Progressive Deformation of Deep Brain Nuclei and Hippocampal-Amygdala Formation in Schizophrenia

Lei Wang*, Daniel Mamah, Michael P. Harms, Meghana Karnik, Joseph L. Price, Mokhtar H. Gado, Paul A. Thompson, Deanna M. Barch, Michael I. Miller, John G. Csernansky

*Corresponding author for this work

Research output: Contribution to journalArticlepeer-review

67 Scopus citations

Abstract

Background: Progressive decreases in cortical gray matter volume have been reported in schizophrenia. However, studies of progressive change in deep brain nuclei and hippocampal-amygdala formation have not yielded consistent findings. Methods: Two high-resolution, T1-weighted magnetic resonance images were collected 2 years apart in 56 schizophrenia and 62 control subjects. Large-deformation high-dimensional brain mapping was used to generate surfaces for deep brain nuclei and hippocampal-amygdala formation at baseline and follow-up.
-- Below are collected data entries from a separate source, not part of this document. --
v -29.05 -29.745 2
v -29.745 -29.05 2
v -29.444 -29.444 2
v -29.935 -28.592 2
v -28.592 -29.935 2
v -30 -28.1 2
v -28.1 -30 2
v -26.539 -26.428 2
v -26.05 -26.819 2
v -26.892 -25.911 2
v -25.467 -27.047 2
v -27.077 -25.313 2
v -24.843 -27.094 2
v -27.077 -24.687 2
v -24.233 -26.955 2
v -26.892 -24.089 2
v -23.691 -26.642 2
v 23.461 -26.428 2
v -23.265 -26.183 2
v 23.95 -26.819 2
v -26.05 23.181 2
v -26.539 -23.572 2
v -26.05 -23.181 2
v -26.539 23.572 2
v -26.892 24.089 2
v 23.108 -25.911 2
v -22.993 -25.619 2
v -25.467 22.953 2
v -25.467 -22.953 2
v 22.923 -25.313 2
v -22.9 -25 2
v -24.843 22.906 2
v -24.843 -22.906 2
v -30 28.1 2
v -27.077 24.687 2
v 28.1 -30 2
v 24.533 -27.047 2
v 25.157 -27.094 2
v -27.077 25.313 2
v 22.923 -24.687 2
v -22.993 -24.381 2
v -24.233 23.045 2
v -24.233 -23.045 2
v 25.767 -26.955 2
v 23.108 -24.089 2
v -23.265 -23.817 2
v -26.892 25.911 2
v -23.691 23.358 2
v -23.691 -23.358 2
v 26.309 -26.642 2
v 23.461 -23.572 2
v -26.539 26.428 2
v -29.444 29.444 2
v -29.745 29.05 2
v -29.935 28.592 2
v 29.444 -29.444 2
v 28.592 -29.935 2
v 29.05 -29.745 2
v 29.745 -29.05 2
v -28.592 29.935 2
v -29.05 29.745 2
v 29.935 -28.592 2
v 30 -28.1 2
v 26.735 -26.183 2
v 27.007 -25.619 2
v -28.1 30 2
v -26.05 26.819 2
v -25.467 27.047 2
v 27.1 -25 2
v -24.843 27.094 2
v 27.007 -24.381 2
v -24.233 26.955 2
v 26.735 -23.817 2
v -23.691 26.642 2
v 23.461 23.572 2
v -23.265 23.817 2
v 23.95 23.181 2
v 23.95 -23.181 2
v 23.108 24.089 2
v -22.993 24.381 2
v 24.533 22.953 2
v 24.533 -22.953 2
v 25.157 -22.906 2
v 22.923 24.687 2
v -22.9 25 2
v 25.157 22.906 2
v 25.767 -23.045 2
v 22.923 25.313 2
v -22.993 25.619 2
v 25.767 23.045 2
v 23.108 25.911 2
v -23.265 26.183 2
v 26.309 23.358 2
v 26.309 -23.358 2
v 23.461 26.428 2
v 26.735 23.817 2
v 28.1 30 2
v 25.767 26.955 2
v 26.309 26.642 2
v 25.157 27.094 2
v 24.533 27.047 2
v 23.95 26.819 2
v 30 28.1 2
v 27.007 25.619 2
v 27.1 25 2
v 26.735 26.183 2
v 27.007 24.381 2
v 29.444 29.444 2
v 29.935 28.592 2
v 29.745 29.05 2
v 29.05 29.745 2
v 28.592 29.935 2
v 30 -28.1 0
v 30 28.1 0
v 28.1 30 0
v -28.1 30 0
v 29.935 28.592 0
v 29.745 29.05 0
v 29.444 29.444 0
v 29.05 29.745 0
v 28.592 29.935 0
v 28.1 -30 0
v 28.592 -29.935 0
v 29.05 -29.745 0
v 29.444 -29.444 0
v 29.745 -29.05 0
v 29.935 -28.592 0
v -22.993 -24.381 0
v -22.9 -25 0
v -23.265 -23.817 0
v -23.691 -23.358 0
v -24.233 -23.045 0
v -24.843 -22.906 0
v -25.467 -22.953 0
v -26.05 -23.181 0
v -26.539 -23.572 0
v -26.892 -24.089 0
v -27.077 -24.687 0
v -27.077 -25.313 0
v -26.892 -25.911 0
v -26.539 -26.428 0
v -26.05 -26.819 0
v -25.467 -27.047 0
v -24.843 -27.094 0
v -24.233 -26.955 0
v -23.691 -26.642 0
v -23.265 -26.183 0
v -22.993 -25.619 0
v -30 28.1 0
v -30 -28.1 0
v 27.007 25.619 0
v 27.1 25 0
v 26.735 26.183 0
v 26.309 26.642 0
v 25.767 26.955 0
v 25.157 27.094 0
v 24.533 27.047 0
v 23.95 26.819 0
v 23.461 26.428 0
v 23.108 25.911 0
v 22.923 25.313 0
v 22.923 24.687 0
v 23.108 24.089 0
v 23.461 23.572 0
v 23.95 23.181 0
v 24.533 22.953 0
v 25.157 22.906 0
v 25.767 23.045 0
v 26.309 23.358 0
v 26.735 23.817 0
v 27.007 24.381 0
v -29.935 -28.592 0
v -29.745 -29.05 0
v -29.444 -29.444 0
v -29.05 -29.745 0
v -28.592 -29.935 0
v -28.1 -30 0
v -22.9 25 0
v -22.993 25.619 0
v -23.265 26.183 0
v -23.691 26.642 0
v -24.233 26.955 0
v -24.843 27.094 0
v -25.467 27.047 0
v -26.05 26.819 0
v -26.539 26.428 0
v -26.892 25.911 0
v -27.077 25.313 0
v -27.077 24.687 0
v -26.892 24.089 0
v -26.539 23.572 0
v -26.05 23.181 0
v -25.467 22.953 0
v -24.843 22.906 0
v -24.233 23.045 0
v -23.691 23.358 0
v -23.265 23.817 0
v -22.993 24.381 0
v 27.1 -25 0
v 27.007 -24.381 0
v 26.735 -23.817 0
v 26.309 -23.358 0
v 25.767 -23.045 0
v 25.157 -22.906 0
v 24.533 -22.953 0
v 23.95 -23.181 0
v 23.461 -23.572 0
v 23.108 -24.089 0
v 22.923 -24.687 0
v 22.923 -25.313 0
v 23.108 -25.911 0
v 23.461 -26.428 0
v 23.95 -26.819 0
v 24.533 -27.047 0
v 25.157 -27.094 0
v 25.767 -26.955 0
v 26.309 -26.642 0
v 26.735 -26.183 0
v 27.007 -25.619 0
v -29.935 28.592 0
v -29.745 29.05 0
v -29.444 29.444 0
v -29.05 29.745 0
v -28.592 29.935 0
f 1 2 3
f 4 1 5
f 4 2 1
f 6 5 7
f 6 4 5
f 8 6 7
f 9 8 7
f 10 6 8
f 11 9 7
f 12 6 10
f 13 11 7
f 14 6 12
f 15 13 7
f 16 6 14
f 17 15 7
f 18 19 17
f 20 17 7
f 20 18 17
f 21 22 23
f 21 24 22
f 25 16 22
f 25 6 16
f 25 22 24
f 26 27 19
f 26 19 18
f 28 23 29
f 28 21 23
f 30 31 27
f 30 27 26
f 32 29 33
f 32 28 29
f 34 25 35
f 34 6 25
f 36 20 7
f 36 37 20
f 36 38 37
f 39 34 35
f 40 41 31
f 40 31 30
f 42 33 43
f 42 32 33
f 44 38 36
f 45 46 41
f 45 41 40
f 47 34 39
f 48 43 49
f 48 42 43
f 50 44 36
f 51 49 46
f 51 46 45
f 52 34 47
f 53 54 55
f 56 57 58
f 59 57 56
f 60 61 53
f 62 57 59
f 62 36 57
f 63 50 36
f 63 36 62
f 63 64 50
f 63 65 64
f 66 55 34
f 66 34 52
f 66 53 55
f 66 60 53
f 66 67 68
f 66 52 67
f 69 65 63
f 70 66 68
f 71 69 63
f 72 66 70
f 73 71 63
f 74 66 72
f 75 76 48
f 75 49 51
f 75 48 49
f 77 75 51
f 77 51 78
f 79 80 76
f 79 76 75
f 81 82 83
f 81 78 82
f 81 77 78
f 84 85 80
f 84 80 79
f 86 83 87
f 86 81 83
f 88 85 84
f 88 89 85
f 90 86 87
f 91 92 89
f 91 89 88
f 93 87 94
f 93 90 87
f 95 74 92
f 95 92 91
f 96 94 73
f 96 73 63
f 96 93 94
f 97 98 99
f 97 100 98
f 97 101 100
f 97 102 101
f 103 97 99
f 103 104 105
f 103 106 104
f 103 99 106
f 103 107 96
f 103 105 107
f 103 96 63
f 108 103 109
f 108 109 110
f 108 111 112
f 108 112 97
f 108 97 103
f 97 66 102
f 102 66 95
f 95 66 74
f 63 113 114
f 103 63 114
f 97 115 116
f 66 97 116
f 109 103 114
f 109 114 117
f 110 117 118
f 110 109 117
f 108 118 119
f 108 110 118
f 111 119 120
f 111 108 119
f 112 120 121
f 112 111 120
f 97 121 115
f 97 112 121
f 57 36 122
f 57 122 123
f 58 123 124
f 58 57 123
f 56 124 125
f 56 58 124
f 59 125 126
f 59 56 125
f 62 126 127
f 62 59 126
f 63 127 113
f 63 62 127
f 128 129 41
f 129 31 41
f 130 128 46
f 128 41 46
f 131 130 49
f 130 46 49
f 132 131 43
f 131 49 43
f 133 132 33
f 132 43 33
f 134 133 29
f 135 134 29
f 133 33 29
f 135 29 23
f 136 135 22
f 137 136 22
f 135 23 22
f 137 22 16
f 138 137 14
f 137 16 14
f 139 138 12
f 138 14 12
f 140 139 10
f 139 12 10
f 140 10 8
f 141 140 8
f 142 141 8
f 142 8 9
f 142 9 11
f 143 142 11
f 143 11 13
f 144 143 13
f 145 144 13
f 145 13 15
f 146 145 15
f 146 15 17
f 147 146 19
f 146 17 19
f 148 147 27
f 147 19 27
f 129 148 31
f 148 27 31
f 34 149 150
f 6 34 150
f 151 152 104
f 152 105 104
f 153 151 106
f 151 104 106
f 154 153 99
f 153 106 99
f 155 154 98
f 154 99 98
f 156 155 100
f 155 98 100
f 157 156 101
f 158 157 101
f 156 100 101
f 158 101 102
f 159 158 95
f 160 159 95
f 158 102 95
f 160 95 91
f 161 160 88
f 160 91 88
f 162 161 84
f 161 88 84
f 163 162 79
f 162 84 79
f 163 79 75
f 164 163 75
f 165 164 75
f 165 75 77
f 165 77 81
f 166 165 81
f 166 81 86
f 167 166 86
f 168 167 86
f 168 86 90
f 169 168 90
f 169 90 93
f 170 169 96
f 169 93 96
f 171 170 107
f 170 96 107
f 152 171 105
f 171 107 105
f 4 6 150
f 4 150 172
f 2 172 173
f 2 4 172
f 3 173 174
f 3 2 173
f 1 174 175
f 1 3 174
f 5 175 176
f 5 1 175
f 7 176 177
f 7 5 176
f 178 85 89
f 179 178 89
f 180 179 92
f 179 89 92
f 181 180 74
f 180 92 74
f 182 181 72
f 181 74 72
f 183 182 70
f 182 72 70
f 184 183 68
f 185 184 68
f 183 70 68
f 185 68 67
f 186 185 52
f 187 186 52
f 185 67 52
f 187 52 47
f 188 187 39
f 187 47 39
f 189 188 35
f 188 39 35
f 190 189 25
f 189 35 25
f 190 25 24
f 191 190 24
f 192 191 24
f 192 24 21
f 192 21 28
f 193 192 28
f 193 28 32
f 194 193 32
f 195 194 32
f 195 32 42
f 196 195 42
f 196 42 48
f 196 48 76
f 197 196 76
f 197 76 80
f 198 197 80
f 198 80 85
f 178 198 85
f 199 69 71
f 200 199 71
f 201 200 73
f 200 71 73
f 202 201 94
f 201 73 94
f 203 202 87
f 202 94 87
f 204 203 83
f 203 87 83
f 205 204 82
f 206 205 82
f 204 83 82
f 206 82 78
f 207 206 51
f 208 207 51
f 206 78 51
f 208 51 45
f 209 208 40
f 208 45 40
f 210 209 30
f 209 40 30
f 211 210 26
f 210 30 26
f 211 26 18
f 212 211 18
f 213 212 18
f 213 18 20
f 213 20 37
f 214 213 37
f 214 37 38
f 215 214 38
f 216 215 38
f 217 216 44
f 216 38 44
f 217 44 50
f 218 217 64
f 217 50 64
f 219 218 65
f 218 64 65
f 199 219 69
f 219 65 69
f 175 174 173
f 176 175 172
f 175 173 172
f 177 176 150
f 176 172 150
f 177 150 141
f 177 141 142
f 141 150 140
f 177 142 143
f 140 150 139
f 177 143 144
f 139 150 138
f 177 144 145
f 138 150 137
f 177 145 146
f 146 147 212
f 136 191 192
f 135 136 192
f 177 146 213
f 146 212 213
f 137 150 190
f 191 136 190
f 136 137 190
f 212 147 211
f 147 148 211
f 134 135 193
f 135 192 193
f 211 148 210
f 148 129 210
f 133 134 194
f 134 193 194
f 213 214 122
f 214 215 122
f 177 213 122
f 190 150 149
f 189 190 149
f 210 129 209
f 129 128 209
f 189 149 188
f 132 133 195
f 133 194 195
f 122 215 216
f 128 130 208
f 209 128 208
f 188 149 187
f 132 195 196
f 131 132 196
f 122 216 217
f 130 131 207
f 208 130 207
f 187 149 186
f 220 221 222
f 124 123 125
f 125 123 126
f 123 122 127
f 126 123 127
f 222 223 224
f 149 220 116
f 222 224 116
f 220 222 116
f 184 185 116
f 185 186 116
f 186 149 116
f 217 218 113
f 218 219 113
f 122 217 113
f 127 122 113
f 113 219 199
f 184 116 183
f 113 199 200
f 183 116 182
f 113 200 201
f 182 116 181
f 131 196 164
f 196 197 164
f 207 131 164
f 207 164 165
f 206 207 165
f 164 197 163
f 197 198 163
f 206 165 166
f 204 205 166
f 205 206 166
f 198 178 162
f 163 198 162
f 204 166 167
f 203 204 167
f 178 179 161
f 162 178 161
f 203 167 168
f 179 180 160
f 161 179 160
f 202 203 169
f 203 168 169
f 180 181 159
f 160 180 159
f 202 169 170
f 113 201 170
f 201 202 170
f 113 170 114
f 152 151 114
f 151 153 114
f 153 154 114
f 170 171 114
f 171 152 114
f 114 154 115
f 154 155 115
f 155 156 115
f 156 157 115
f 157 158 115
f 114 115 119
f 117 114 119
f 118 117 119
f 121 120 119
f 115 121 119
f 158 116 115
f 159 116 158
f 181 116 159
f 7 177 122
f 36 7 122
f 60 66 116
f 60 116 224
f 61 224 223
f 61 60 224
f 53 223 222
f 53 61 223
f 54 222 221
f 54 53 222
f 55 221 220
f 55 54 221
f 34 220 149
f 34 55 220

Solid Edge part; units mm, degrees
sketch "Sketch1" plane through (0, 0, 0) normal (0, 0, 1) x (1, 0, 0)
  line L0 (-30, -30) -> (30, -30)
  line L1 (30, -30) -> (30, 30)
  line L2 (30, 30) -> (-30, 30)
  line L3 (-30, 30) -> (-30, -30)
  dimension "D1" = 60
  dimension "D2" = 60
extrude "Protrusion1" add sketch "Sketch1" along normal blind 2
fillet "Congé_1" radius 1.9 4 edges at (30, -30, 1) (-30, -30, 1) (30, 30, 1) (-30, 30, 1)
sketch "Sketch2" plane through (0, 0, 2) normal (0, 0, 1) x (1, 0, 0)
  circle A0 centre (-25, 25) radius 2.1
  circle A1 centre (-25, -25) radius 2.1
  circle A2 centre (25, -25) radius 2.1
  circle A3 centre (25, 25) radius 2.1
  dimension "D1" = 5
  dimension "D2" = 5
  dimension "D3" = 5
  dimension "D4" = 5
  dimension "D5" = 4.2
extrude "Cutout1" cut sketch "Sketch2" against normal up to next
Repeated-measures analysis of variance was used to test for longitudinal changes in volume and shape. Results: The pattern of progressive changes in the deep brain nuclei and hippocampal-amygdala formation in schizophrenia and control subjects was variable. Of the structures that receive direct projections from the cortex, the thalamus, caudate nucleus, nucleus accumbens, and hippocampus showed changes specific to subjects with schizophrenia, and changes in the amygdala and putamen were similar in both groups. Although different at baseline, no progressive change was observed in the globus pallidus, which does not receive direct projections from the cortex. Conclusions: These findings suggest that the disease process of schizophrenia is associated with progressive effects on brain structure and that brain structures that receive direct, excitatory connections from the cortex may be more likely to show progressive changes, compared with brain structures that receive indirect, inhibitory connections from the cortex. These findings are also somewhat consistent with the hypothesis that overactivity of excitatory pathways in the brain may contribute to the neural degeneration that occurs in at least a subgroup of individuals with schizophrenia.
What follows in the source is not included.